We zien dus eerst den grooten man zwichten voor de commissarissen, van wien vooral De Wilde zeer bazig optreedt, dan zien we hem wel brutaal maar toch klein tegenover zijn medeplichtige en eindelijk, als hij Menke in tegenwoordigheid der teruggekeerde commissarissen zijn ontslag moet geven en gestreng toespreken, neemt De Wilde hem het woord af, om in zijn plaats den schuldige met harde woorden te tuchtigen.
Wij begrijpen dat er iets stuitends in is voor Van Essen om zijn medeplichtige - van wien hij nog de valsche verklaring noodig heeft dat in de boeken der vennootschap geenerlei fraude voorkomt! - zoo kras zedemeesterend aan te pakken. Maar - Van Essen is eenmaal iemand die dagelijks comedie-speelt, die daarbij Menke verwittigt heeft wàt hem wacht, beider rol is dus vooraf aangewezen, - waarom dan nog scrupules op een oogenblik dat er voor verdenking van de zijde der commissarissen geen schijn van aanleiding mag bestaan, dat vòòr alles de naam der vennootschap hoog boven alle geknoei moet gehouden worden?
Het komt mij voor dat de schrijver zich hier de gelegenheid heeft laten ontsnappen om ons den uiterlijk ‘grooten’ Van Essen in zijn schijn-grootheid te laten zien.

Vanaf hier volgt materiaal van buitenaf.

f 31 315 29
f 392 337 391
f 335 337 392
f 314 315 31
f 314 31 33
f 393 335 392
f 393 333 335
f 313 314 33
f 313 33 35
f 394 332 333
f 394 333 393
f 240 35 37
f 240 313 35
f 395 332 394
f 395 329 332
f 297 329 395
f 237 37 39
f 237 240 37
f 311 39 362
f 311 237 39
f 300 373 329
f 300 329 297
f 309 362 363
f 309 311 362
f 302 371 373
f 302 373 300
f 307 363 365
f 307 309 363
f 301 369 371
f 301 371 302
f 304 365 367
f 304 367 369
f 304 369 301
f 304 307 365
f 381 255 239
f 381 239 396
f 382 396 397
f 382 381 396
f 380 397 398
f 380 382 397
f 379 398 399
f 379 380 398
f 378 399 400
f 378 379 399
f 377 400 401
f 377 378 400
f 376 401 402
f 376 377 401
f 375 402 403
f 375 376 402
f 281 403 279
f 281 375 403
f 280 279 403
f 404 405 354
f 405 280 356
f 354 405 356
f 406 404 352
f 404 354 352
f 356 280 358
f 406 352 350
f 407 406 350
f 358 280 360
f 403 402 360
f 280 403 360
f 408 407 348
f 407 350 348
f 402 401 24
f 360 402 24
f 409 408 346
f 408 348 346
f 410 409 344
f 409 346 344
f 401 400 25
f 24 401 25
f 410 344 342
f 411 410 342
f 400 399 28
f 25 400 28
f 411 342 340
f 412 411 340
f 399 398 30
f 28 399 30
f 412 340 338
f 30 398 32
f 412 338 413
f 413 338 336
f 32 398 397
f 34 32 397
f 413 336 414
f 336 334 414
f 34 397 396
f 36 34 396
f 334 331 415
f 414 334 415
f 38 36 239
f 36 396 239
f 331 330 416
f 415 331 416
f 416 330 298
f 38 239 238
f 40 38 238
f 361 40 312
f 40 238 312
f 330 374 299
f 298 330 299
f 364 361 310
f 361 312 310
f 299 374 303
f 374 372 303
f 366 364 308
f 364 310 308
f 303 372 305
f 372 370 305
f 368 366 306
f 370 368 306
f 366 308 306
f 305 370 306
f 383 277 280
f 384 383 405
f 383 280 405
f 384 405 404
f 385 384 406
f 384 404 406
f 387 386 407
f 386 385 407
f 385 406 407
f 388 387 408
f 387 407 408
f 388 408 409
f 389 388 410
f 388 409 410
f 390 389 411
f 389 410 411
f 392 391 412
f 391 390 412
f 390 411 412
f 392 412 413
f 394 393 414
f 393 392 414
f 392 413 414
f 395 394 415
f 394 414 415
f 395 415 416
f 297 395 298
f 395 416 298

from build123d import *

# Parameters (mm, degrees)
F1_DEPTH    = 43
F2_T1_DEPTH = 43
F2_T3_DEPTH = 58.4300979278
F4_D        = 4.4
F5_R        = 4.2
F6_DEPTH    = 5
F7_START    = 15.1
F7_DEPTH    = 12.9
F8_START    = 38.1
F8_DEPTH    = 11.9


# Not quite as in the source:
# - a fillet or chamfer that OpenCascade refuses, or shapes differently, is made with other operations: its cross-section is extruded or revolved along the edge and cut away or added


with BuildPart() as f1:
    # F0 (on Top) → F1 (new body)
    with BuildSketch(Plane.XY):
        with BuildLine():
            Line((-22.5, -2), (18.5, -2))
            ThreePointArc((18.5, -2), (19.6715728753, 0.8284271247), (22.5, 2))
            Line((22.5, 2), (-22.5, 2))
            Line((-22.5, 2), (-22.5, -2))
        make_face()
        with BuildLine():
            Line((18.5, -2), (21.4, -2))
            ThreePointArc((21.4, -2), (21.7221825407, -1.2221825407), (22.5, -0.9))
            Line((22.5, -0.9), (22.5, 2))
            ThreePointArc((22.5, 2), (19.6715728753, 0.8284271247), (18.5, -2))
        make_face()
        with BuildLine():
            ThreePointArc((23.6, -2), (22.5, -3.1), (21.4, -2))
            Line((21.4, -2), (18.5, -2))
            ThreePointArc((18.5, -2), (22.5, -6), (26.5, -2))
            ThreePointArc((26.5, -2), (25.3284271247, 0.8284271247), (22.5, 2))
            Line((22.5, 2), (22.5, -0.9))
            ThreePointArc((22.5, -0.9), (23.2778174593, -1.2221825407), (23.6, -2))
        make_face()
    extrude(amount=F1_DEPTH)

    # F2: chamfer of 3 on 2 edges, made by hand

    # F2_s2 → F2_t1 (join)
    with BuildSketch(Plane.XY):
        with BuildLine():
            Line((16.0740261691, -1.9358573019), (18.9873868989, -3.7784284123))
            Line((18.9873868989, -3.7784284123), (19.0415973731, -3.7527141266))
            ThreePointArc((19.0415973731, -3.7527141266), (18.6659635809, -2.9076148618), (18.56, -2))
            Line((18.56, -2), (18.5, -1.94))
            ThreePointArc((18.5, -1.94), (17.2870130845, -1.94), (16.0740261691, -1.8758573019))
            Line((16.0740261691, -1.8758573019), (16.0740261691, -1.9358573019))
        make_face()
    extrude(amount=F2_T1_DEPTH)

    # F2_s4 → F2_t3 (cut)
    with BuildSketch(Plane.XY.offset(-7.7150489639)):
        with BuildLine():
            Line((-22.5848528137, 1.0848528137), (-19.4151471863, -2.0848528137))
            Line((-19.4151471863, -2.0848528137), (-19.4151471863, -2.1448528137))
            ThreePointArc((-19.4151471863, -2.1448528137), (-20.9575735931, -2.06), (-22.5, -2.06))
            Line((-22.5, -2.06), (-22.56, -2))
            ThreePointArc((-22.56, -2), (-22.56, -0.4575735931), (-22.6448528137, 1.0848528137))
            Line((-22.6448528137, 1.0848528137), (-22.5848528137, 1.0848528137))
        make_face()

Te meer jammer omdat die gelegenheid niet terugkeert. In de structuur van het stuk ware een eerste bedrijf te verantwoorden geweest, waarin wij, luisterend publiek, ten volle overtuigd werden van de beheersching, uitgaande van dezen man, van zijn invloed en redenaarsgaven. Hadden we hem een zijner triomfen zien vieren, met macht van mooie woorden zichzelven hooren bedwelmen en tegenstanders overwinnen, de kràcht gevoeld die van hem, den geestdriftigen doorzetter, den taaien, intelligenten, strijdvaardigen illusionist uitging, des te sterker zou ons het contrast getroffen hebben met den zich klein en meer en meer schuldig voelende, wien op 't eind de tweestrijd van het dubbele leven te zwaar wordt.

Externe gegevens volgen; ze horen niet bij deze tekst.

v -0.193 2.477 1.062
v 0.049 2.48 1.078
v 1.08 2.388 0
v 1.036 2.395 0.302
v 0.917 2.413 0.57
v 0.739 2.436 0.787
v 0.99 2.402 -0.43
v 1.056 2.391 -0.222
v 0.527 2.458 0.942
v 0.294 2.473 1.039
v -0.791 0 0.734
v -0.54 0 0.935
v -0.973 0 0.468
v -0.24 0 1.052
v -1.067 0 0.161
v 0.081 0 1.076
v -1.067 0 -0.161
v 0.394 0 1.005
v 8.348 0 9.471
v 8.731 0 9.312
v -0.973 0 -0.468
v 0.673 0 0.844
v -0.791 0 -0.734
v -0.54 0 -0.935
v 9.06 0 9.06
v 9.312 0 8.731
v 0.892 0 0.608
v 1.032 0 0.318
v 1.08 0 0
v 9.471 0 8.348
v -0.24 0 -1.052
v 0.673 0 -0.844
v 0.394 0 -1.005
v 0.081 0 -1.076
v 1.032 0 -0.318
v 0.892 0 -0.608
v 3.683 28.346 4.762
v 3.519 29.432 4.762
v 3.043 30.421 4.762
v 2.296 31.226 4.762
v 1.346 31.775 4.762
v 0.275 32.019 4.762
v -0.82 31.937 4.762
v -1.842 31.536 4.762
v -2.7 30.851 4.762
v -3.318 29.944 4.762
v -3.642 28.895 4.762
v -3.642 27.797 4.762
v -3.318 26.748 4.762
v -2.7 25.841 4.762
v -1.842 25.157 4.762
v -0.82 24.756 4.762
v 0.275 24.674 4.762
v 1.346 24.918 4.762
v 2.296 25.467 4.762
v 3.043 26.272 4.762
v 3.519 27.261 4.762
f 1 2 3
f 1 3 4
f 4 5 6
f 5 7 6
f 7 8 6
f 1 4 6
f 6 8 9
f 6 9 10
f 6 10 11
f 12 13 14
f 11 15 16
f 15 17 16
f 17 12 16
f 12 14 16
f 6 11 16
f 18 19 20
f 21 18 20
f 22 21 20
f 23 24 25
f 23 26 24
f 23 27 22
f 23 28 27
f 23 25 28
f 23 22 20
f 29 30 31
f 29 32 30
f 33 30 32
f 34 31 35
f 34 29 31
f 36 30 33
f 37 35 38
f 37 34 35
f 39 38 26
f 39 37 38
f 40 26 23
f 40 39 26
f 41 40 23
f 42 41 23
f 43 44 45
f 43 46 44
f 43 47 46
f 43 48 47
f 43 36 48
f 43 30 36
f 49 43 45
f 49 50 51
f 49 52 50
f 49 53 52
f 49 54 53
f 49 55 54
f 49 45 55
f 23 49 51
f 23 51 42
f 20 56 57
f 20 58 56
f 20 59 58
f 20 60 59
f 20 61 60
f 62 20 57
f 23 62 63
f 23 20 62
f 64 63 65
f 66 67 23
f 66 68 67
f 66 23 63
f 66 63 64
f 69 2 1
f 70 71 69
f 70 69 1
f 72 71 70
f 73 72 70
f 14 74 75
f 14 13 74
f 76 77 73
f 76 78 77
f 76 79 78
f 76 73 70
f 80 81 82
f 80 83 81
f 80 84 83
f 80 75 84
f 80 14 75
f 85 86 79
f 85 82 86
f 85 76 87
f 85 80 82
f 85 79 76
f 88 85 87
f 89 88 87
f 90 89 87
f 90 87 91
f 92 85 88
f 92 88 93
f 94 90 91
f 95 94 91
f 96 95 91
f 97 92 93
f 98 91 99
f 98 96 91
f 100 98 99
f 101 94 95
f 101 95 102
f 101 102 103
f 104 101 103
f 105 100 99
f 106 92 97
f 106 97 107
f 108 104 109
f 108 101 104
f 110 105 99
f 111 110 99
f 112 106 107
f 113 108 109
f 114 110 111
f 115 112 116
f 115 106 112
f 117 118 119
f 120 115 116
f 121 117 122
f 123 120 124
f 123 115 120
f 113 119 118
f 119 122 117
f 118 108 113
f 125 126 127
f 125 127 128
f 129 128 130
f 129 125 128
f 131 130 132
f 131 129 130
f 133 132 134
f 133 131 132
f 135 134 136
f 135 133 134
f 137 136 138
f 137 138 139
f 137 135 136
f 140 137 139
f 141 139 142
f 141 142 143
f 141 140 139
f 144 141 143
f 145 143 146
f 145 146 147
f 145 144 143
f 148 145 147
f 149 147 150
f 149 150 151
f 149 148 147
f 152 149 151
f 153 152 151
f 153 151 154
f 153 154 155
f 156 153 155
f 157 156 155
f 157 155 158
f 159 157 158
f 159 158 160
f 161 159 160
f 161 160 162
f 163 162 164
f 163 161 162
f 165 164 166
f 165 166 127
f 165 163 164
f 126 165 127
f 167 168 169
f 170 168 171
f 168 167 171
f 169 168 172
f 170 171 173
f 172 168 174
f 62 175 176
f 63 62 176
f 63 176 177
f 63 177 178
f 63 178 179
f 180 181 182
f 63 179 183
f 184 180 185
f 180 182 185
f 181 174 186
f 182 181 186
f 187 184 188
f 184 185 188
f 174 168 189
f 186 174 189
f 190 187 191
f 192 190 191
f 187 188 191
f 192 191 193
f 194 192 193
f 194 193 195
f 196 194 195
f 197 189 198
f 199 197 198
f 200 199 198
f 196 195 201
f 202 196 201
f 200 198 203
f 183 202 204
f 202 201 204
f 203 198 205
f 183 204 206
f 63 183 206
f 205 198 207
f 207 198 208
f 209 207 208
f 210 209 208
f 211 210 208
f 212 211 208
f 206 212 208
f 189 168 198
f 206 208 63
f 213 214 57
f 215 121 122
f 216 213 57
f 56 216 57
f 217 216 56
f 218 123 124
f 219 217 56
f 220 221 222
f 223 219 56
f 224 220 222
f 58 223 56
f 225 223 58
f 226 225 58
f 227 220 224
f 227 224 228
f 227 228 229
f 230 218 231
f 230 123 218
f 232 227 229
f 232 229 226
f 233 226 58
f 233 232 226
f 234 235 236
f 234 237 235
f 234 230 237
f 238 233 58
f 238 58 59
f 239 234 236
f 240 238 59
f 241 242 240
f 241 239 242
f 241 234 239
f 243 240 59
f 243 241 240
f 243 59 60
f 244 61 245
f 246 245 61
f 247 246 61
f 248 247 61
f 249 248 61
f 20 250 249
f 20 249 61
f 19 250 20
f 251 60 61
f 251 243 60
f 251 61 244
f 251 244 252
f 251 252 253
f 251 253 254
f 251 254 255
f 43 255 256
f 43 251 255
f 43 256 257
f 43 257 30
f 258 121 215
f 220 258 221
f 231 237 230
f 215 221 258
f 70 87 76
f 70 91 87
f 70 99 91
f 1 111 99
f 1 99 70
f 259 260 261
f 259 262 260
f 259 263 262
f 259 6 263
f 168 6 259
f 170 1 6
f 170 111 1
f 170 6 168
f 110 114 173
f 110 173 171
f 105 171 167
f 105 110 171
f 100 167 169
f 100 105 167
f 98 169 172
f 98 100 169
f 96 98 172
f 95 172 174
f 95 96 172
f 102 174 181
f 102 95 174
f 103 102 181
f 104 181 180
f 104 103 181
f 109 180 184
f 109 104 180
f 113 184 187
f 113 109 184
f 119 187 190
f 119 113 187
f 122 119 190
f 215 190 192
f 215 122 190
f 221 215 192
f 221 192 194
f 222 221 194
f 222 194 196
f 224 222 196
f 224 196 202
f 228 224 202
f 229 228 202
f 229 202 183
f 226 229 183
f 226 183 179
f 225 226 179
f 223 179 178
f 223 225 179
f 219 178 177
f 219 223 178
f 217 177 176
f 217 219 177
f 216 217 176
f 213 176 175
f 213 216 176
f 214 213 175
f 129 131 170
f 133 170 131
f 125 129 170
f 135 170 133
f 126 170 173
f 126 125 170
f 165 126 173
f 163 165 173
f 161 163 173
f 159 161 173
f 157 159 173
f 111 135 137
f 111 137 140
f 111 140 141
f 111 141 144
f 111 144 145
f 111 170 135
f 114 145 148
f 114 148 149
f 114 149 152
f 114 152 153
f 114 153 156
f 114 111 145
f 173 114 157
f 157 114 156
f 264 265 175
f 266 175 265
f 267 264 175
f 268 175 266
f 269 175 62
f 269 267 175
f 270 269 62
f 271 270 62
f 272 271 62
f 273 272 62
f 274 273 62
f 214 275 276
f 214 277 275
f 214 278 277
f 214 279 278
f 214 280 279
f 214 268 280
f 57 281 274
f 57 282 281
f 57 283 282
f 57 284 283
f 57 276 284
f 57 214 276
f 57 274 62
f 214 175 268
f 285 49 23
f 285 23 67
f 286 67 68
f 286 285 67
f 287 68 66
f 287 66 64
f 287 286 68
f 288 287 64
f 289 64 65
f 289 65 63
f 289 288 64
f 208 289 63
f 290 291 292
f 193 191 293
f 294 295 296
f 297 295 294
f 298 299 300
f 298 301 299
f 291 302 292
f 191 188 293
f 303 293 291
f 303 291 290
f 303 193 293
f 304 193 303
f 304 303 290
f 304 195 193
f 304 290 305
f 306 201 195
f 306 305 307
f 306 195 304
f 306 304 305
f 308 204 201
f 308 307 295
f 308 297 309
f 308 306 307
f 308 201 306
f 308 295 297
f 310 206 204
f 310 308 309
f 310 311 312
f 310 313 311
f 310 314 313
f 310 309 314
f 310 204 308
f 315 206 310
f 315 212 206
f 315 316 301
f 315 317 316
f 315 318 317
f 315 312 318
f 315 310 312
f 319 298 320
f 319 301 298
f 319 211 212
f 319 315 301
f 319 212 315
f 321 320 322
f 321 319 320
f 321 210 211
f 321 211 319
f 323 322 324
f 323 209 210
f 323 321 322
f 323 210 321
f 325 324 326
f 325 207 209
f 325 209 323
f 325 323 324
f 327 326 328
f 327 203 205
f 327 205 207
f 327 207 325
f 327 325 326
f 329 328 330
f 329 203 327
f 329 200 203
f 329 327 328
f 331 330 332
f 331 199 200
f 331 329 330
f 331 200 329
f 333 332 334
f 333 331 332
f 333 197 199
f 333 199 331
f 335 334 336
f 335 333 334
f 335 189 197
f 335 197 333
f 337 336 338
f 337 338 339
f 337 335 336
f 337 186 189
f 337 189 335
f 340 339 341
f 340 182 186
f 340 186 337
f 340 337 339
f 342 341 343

Nu moeten we hieraan gelóóven door de woorden van anderen, door een achterdoek, met de rezultaten van den arbeid beschilderd, door een lauwerkrans. En daarom te meer: hoe jammer dat Schürmann het tooneel met de commissarissen en Menke niet aangreep om ons althans daar Van Essen te toonen in zijn kracht.
Deze kon weten dat hij niets waagde: Menke was gekòcht. En zou het niet een tooneel van groote dramatische waarde geworden zijn, als Van Essen, sterk door het gunstig besluit van den Raad en de onderworpen houding van zijn medeplichtige, in zijn volle kracht georeerd had over
| |
| |
de grootheid, de onaantastbare grootheid der onderneming, zich zelf nòg eens bedwelmend door en verliezend in toekomst-vizioenen en daarmee ten slotte als verpletterend den schuldige, die nu onwaardig gekeurd moest worden om aan de verwerkelijking mee te arbeiden!....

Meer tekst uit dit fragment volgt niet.